→ **TASK GOAL**:
Word for word, set down every line of the entries below from the line with "v 12.391 10.105 77.184" to the line with "v 38.891 32.645 71.161", including both, and no other line.

→ **SOURCE MATERIAL**:
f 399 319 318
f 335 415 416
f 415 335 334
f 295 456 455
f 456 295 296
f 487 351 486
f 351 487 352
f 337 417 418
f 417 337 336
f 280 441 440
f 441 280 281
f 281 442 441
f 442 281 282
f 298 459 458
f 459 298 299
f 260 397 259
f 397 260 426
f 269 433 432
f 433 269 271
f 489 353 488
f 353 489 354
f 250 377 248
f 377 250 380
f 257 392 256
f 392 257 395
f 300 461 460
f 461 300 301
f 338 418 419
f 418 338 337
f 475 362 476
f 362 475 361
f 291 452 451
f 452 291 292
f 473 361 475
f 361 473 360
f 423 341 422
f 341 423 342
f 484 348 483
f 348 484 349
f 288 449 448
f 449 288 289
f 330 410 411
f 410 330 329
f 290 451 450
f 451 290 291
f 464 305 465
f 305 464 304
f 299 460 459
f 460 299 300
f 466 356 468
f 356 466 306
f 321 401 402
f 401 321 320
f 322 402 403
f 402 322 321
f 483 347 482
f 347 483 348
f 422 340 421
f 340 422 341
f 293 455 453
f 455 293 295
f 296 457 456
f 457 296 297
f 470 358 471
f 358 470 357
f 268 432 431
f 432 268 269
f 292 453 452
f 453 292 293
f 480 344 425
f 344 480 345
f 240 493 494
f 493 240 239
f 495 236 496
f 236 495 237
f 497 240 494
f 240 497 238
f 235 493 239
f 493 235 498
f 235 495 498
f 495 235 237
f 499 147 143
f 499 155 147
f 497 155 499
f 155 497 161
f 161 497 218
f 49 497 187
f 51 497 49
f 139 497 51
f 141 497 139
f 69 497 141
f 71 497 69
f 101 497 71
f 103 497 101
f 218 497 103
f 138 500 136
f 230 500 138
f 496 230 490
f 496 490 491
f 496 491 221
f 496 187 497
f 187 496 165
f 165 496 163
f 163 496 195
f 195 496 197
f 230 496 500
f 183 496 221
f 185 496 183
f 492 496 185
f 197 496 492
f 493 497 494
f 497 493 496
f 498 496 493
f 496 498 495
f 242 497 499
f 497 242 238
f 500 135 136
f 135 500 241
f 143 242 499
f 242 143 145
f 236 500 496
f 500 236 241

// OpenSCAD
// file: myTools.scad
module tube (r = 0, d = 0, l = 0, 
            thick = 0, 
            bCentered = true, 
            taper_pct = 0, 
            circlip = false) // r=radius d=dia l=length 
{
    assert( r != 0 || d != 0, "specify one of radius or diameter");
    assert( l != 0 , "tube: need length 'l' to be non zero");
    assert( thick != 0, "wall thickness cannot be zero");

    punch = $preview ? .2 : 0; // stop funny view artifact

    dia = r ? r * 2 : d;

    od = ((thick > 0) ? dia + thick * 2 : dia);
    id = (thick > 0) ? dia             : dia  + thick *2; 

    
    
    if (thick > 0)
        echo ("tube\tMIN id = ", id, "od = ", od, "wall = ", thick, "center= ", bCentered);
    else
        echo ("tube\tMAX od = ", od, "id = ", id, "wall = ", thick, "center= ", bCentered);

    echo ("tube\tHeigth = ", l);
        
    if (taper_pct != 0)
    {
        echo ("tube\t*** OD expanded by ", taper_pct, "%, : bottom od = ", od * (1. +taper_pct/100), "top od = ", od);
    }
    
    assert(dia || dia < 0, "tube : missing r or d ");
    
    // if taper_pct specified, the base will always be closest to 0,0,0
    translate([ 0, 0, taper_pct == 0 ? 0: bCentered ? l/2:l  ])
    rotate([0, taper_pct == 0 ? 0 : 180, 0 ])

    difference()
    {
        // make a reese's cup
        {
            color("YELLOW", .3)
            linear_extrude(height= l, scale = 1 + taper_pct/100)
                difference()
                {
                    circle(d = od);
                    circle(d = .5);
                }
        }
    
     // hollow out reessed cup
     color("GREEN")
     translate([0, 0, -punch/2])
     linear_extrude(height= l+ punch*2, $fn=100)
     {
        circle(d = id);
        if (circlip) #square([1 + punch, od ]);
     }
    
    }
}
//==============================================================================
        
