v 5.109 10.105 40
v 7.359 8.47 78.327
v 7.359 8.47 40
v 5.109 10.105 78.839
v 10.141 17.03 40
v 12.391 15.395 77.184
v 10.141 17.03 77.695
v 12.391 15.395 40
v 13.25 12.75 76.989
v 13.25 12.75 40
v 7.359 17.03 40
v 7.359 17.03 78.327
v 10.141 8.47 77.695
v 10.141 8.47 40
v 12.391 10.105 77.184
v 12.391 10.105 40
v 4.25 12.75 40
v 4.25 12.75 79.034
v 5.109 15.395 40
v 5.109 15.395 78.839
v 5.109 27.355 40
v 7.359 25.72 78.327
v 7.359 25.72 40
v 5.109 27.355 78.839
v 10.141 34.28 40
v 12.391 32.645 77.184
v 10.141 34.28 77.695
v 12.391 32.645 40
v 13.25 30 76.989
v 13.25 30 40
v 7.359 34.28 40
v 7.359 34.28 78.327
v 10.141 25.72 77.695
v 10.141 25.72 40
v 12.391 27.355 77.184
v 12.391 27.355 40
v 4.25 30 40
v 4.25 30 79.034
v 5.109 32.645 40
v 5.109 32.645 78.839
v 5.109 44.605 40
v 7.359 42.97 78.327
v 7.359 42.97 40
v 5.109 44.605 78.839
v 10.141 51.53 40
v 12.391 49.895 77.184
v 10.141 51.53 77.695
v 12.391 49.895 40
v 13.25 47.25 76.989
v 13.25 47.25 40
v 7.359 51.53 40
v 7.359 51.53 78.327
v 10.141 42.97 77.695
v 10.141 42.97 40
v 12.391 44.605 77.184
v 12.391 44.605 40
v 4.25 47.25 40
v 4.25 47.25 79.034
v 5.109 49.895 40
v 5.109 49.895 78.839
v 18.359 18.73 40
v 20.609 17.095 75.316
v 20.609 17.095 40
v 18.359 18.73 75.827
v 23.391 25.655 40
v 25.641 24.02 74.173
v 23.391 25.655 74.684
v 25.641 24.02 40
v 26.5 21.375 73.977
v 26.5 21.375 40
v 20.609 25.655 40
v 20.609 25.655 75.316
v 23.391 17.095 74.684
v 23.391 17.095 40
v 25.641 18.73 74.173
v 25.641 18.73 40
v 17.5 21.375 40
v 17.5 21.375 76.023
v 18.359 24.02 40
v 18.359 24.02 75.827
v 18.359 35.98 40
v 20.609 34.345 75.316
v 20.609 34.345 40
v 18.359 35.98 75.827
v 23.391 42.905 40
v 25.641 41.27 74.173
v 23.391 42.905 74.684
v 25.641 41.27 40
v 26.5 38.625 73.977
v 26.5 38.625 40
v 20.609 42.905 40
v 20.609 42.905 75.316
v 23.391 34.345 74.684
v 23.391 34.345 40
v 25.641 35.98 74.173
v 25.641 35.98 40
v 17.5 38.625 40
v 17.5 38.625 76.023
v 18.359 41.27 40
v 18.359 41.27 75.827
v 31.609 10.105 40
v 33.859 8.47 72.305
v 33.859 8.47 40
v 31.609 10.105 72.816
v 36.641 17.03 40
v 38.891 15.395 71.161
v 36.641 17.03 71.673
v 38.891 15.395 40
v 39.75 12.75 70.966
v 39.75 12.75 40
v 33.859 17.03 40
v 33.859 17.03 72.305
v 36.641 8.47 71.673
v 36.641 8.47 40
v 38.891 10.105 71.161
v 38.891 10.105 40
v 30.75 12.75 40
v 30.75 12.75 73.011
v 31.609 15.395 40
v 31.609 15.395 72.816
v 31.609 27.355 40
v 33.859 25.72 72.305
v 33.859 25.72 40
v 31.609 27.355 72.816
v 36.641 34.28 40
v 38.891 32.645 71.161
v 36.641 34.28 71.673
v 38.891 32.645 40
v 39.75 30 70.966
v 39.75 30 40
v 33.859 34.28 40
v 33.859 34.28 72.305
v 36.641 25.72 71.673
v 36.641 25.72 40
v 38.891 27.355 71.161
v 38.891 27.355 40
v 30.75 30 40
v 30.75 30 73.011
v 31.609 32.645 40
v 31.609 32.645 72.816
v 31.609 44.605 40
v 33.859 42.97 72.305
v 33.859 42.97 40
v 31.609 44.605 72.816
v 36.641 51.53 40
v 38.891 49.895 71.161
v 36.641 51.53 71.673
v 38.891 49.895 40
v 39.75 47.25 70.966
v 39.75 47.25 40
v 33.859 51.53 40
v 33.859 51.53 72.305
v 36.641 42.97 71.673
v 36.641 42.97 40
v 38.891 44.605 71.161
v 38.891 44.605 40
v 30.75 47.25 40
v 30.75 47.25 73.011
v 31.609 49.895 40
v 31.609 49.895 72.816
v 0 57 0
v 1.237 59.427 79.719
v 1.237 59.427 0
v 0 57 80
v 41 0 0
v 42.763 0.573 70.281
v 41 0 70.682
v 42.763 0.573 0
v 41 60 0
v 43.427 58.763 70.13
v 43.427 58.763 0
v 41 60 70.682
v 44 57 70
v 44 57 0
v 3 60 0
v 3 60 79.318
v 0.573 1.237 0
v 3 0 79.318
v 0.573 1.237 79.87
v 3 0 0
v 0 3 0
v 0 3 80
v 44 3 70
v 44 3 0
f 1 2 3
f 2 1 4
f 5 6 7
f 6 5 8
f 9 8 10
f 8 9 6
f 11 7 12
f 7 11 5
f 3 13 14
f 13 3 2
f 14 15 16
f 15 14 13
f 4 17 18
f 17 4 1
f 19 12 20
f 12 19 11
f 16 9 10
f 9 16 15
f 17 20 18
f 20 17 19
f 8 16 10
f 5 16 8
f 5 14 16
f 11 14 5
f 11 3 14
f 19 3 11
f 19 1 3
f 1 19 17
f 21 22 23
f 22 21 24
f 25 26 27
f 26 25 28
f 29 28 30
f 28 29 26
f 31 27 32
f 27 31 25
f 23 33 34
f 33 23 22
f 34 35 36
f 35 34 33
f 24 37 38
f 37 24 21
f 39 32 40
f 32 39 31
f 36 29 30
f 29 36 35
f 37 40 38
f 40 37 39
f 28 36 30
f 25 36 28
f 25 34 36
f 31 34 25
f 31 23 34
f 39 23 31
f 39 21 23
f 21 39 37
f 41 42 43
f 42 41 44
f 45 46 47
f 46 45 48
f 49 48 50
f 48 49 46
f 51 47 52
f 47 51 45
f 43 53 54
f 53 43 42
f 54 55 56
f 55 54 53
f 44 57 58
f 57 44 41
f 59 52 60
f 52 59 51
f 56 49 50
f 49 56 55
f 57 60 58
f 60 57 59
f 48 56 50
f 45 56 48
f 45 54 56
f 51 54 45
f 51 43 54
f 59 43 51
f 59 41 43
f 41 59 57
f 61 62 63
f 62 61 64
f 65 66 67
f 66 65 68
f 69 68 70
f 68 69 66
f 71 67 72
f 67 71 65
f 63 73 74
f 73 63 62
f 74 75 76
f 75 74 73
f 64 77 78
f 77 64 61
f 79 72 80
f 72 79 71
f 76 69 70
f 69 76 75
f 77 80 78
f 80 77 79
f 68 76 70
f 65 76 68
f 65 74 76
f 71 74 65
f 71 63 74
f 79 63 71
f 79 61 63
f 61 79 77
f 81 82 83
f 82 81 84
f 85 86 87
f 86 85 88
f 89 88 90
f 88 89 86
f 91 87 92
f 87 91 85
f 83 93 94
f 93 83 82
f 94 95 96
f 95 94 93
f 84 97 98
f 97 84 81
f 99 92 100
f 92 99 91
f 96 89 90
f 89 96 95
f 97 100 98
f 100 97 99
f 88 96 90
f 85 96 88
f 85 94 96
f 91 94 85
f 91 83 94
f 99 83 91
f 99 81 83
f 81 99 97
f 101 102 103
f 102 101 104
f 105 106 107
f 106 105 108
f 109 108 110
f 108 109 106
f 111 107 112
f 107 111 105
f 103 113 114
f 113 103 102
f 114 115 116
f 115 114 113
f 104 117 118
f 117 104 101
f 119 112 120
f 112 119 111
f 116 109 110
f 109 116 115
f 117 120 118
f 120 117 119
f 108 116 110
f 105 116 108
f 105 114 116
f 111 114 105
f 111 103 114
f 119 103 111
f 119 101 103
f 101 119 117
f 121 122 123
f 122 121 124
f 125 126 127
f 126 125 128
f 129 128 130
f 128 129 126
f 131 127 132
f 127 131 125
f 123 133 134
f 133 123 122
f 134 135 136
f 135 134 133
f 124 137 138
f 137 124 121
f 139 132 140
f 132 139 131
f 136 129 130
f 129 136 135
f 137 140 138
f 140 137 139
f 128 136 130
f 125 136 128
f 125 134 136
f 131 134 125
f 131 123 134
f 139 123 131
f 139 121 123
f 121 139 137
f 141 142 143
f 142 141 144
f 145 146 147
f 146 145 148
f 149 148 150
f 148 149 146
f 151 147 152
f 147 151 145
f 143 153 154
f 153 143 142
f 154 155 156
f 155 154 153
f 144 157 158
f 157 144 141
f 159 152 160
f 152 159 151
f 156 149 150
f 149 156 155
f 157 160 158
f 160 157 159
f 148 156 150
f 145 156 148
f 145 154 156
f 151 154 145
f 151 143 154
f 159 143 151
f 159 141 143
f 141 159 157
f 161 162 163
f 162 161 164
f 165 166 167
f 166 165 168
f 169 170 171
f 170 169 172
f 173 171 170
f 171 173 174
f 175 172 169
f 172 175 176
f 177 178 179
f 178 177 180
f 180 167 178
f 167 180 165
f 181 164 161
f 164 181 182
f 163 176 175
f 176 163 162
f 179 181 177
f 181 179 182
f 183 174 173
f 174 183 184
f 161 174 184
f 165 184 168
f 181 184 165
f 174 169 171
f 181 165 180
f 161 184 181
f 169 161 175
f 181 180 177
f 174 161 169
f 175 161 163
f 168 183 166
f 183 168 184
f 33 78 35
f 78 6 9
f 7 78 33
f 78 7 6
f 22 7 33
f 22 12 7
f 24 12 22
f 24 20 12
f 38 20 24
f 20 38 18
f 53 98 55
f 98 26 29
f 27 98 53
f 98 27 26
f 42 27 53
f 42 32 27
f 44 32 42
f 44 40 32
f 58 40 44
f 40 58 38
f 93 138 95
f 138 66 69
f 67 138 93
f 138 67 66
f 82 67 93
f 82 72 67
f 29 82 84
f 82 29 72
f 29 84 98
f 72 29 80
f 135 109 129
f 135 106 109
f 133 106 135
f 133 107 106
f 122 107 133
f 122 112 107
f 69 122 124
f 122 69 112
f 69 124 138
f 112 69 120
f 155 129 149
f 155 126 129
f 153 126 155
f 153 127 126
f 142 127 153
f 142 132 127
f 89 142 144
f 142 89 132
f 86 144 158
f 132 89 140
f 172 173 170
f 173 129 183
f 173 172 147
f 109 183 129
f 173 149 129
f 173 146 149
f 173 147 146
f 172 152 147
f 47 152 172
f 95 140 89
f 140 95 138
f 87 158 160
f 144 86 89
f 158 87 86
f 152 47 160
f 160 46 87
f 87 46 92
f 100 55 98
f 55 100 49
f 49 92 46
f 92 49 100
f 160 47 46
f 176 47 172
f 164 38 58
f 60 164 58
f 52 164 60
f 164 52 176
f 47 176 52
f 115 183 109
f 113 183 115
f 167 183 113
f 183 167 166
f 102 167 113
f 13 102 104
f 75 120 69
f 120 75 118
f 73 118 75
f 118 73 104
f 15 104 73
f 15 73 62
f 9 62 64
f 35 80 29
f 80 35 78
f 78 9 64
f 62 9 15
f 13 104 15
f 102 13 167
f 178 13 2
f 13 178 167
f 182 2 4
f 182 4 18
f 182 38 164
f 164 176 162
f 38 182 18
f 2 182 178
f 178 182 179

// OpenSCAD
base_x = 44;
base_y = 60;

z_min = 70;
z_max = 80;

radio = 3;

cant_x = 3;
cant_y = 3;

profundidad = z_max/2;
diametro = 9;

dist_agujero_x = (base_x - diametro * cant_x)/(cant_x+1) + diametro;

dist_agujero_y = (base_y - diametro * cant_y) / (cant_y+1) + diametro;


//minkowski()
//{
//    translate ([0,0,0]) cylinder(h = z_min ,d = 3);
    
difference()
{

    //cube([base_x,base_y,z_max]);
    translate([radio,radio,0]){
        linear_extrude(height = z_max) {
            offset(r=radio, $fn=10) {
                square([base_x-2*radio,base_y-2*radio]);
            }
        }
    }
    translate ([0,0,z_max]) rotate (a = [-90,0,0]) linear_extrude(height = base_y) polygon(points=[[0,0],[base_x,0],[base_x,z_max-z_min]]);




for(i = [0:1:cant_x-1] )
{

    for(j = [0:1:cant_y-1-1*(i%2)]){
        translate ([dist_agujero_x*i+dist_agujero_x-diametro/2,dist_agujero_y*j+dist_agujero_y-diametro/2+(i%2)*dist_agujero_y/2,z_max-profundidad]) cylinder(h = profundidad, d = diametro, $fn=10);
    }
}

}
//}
---
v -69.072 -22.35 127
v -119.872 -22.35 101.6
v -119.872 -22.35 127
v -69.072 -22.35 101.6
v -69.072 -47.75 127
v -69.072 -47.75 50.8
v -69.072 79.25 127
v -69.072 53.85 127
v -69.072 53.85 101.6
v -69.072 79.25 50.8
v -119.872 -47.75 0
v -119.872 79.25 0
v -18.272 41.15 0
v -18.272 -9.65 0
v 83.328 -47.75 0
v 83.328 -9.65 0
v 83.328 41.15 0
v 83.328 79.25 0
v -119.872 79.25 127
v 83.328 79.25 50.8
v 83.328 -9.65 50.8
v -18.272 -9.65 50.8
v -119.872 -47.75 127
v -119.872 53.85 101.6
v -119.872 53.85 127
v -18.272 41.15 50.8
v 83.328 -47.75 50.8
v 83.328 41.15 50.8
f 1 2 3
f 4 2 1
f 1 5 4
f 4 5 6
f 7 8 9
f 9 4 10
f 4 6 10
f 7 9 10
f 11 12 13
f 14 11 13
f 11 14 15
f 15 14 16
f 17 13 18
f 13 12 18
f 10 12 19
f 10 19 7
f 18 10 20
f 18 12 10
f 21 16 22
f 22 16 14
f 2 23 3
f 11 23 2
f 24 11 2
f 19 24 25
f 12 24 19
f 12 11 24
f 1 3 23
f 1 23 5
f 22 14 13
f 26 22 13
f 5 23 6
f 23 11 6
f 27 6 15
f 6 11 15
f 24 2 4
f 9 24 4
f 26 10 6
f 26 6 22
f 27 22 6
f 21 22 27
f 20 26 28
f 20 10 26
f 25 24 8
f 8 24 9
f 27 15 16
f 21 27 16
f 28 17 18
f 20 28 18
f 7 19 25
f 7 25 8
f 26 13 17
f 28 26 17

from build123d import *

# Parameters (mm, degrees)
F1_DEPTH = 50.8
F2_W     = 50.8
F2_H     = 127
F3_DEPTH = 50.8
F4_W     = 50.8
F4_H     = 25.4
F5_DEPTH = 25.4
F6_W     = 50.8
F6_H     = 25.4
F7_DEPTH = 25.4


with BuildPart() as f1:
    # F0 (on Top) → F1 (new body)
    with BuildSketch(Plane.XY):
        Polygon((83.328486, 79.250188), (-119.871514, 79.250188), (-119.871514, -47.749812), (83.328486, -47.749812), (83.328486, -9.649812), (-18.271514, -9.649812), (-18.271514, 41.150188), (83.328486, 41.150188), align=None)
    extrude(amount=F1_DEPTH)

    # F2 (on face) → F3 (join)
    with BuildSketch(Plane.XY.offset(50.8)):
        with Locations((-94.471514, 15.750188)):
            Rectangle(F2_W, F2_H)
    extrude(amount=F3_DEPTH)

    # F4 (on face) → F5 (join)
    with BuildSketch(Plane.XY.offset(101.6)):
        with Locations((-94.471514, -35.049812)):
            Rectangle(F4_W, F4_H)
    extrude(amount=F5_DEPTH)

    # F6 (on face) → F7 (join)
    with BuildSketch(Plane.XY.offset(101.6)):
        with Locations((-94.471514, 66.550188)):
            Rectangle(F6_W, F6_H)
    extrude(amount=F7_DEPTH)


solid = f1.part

→ **EXERCISE OUTPUT**:
v 12.391 10.105 77.184
v 12.391 10.105 40
v 4.25 12.75 40
v 4.25 12.75 79.034
v 5.109 15.395 40
v 5.109 15.395 78.839
v 5.109 27.355 40
v 7.359 25.72 78.327
v 7.359 25.72 40
v 5.109 27.355 78.839
v 10.141 34.28 40
v 12.391 32.645 77.184
v 10.141 34.28 77.695
v 12.391 32.645 40
v 13.25 30 76.989
v 13.25 30 40
v 7.359 34.28 40
v 7.359 34.28 78.327
v 10.141 25.72 77.695
v 10.141 25.72 40
v 12.391 27.355 77.184
v 12.391 27.355 40
v 4.25 30 40
v 4.25 30 79.034
v 5.109 32.645 40
v 5.109 32.645 78.839
v 5.109 44.605 40
v 7.359 42.97 78.327
v 7.359 42.97 40
v 5.109 44.605 78.839
v 10.141 51.53 40
v 12.391 49.895 77.184
v 10.141 51.53 77.695
v 12.391 49.895 40
v 13.25 47.25 76.989
v 13.25 47.25 40
v 7.359 51.53 40
v 7.359 51.53 78.327
v 10.141 42.97 77.695
v 10.141 42.97 40
v 12.391 44.605 77.184
v 12.391 44.605 40
v 4.25 47.25 40
v 4.25 47.25 79.034
v 5.109 49.895 40
v 5.109 49.895 78.839
v 18.359 18.73 40
v 20.609 17.095 75.316
v 20.609 17.095 40
v 18.359 18.73 75.827
v 23.391 25.655 40
v 25.641 24.02 74.173
v 23.391 25.655 74.684
v 25.641 24.02 40
v 26.5 21.375 73.977
v 26.5 21.375 40
v 20.609 25.655 40
v 20.609 25.655 75.316
v 23.391 17.095 74.684
v 23.391 17.095 40
v 25.641 18.73 74.173
v 25.641 18.73 40
v 17.5 21.375 40
v 17.5 21.375 76.023
v 18.359 24.02 40
v 18.359 24.02 75.827
v 18.359 35.98 40
v 20.609 34.345 75.316
v 20.609 34.345 40
v 18.359 35.98 75.827
v 23.391 42.905 40
v 25.641 41.27 74.173
v 23.391 42.905 74.684
v 25.641 41.27 40
v 26.5 38.625 73.977
v 26.5 38.625 40
v 20.609 42.905 40
v 20.609 42.905 75.316
v 23.391 34.345 74.684
v 23.391 34.345 40
v 25.641 35.98 74.173
v 25.641 35.98 40
v 17.5 38.625 40
v 17.5 38.625 76.023
v 18.359 41.27 40
v 18.359 41.27 75.827
v 31.609 10.105 40
v 33.859 8.47 72.305
v 33.859 8.47 40
v 31.609 10.105 72.816
v 36.641 17.03 40
v 38.891 15.395 71.161
v 36.641 17.03 71.673
v 38.891 15.395 40
v 39.75 12.75 70.966
v 39.75 12.75 40
v 33.859 17.03 40
v 33.859 17.03 72.305
v 36.641 8.47 71.673
v 36.641 8.47 40
v 38.891 10.105 71.161
v 38.891 10.105 40
v 30.75 12.75 40
v 30.75 12.75 73.011
v 31.609 15.395 40
v 31.609 15.395 72.816
v 31.609 27.355 40
v 33.859 25.72 72.305
v 33.859 25.72 40
v 31.609 27.355 72.816
v 36.641 34.28 40
v 38.891 32.645 71.161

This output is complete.